The trial Court having filed his response and having transmitted the record of the proceedings to this Court, the matter is now before us on the rule nisi contained in the above order of this Court.

The present law governing the amount of the security to be furnished for an appeal is Article 2124 of the LSA-Code of Civil Procedure, which reads, in part, as follows :

“The security to be furnished for a devolutive appeal shall be fixed by the trial court at an amount sufficient to secure the payment of costs.
“The security to be furnished for a suspensive appeal is determined in accordance with the following rules:
“(1) When the judgment is for a sum of money, the amount of the security shall exceed by one-half the amount of the judgment, including the interest allowed by the judgment to the date the security is furnished, exclusive of costs;
“(2) When the judgment distributes a fund in custodia legis, only security sufficient to secure the payment of costs is required; and
“(3) In all other cases, the security shall be fixed by the trial court at an amount sufficient to assure the satisfaction of the judgment, together with damages for the delay resulting from the suspension of execution. * * * ”

The judgment of the District Court of October 30, 1961, from which a suspensive appeal was granted to the defendant, is not a judgment for a sum of money. Therefore, sub-section (1) of Article 2124 does not apply.

The judgment appealed from does not distribute a fund in custodia legis, and subsection (2) does not apply.
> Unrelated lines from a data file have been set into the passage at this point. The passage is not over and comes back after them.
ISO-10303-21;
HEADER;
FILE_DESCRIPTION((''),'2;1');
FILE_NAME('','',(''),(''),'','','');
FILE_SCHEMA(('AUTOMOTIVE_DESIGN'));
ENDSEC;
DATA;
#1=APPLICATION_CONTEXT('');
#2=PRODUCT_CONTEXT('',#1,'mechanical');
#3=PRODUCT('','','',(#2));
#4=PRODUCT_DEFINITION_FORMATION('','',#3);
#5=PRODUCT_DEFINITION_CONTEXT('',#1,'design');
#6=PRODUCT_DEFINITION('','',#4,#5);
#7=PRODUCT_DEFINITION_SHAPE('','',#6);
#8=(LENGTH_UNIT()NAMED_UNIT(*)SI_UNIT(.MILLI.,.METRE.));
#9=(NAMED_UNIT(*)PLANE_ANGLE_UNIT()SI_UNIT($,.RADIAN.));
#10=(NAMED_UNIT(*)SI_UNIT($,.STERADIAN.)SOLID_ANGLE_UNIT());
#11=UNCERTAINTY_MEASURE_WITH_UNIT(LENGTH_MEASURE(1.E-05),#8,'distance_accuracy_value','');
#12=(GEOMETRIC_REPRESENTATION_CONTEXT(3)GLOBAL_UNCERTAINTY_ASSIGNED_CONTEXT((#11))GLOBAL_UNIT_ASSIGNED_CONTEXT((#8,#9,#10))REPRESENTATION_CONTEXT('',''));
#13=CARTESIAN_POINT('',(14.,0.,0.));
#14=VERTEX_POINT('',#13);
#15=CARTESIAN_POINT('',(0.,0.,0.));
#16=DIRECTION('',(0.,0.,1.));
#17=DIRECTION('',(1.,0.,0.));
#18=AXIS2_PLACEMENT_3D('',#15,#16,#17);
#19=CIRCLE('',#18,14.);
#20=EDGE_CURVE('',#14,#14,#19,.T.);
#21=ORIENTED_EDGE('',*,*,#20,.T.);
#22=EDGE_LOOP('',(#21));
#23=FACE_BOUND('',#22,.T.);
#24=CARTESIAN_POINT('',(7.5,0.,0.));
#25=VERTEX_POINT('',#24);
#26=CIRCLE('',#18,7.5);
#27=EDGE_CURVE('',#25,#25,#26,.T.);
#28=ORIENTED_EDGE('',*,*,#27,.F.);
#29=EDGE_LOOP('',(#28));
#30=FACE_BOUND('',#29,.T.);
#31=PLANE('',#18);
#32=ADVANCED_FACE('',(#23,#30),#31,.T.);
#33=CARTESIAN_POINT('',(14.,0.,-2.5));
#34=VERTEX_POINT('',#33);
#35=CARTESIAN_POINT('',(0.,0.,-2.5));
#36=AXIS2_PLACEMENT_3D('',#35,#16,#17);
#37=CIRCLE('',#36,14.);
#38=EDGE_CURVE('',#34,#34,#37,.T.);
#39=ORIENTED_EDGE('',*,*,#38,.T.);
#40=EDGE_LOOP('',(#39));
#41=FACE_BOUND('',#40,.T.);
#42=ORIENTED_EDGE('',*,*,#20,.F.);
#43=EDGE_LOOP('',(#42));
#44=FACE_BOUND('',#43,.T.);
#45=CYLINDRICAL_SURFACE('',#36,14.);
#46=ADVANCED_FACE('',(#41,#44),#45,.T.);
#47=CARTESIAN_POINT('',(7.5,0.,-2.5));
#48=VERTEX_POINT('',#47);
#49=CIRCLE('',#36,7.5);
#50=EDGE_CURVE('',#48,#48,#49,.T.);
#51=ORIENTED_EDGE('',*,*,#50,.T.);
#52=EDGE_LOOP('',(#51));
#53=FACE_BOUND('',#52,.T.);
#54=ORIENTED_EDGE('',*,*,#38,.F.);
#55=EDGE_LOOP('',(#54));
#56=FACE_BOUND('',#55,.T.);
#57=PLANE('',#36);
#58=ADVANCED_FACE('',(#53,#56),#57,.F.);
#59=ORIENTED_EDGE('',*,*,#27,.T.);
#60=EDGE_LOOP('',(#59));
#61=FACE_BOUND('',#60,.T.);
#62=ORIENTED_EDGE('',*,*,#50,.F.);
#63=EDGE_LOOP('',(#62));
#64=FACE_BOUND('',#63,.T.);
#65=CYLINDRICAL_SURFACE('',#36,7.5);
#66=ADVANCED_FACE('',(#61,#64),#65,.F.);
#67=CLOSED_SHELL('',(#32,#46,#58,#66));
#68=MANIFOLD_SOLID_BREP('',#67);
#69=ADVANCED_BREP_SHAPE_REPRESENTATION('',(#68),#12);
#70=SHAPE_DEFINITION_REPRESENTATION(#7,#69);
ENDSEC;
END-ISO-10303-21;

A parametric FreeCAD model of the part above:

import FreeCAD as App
import Part
import Sketcher
from FreeCAD import Vector
Q = App.Units.Quantity

doc = App.newDocument("Part")
body = doc.addObject("PartDesign::Body", "Body")

sketch1 = body.newObject("Sketcher::SketchObject", "Sketch")
sketch1.AttachmentSupport = (doc.getObject("XY_Plane"), [""])
sketch1.MapMode = "FlatFace"
sketch1.addGeometry(Part.Circle(Vector(0, 0, 0), Vector(0, 0, 1), 14), False)
sketch1.addGeometry(Part.Circle(Vector(0, 0, 0), Vector(0, 0, 1), 8), False)
sketch1.addConstraint(Sketcher.Constraint("Coincident", 0, 3, -1, 1))
sketch1.addConstraint(Sketcher.Constraint("Coincident", 1, 3, -1, 1))
sketch1.addConstraint(Sketcher.Constraint("Diameter", 0, Q("28 mm")))
sketch1.addConstraint(Sketcher.Constraint("Diameter", 1, Q("15 mm")))
pad1 = body.newObject("PartDesign::Pad", "Pad")
pad1.Profile = sketch1
pad1.Length = 2.5
pad1.Reversed = True

doc.recompute()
The amount of the bond for a suspensive appeal in this instance must be fixed in accordance with sub-section (3).

The judgment of October 30, 1961, first recognizes the plaintiff as being in posses[37]*37sion of certain described land and the plaintiff is quieted in his possession of that property and decreed to be entitled to the revenues. The judgment then orders the defendant to assert his claim, if any he has, to said property in a petitory action to be filed within forty-five days.

The next paragraph of that judgment decrees that the defendant is enjoined and prohibited from disturbing the possession of the plaintiff and from asserting any right of ownership (except in a petitory action) or attempting to affect the title to said property, and from interfering with the receipt by the plaintiff of the revenues from said property.

By the last paragraph of the judgment the defendant is commanded to sign and deliver to the Shell Oil Company a letter correcting the statement in a previous letter-notice of July 22, 1960, that a suit in the Civil District Court of the Parish of Orleans by defendant against the plaintiff asserts a claim of defendant against the plaintiff for one-half interest in the designated property standing of record in the name of the plaintiff, and the substance of such letter shall state that no claim of title or ownership is being made by the defendant.

There is evidence in the record that the mandatory injunction contained in the last paragraph of the judgment has been complied with and that the Shell Oil Company has released and paid to the plaintiff all royalty amounts which it had withheld at the instance of the defendant. Therefore, the only portion of the judgment which the defendant, relator herein, must comply with is the injunction prohibiting him from disturbing plaintiff’s possession of the property, from asserting ownership therein (except in a petitory action) and

“ * * * from doing any act of any nature whatsoever in interference with the possession of the plaintiff in said property, including by way of illustration but not limitation any act interfering, hindering or preventing the receipt by plaintiff of revenues from said property.”

The import of sub-section (3) of Article 2124 of the LSA-Civil Code of Procedure is that the Court shall exercise its judgment in fixing the amount of a sus-pensive appeal bond. Counsel for Ingolia contends that the Court has “wide discretion” in that respect and refers to the official revision comments printed in the Code following the article referred to.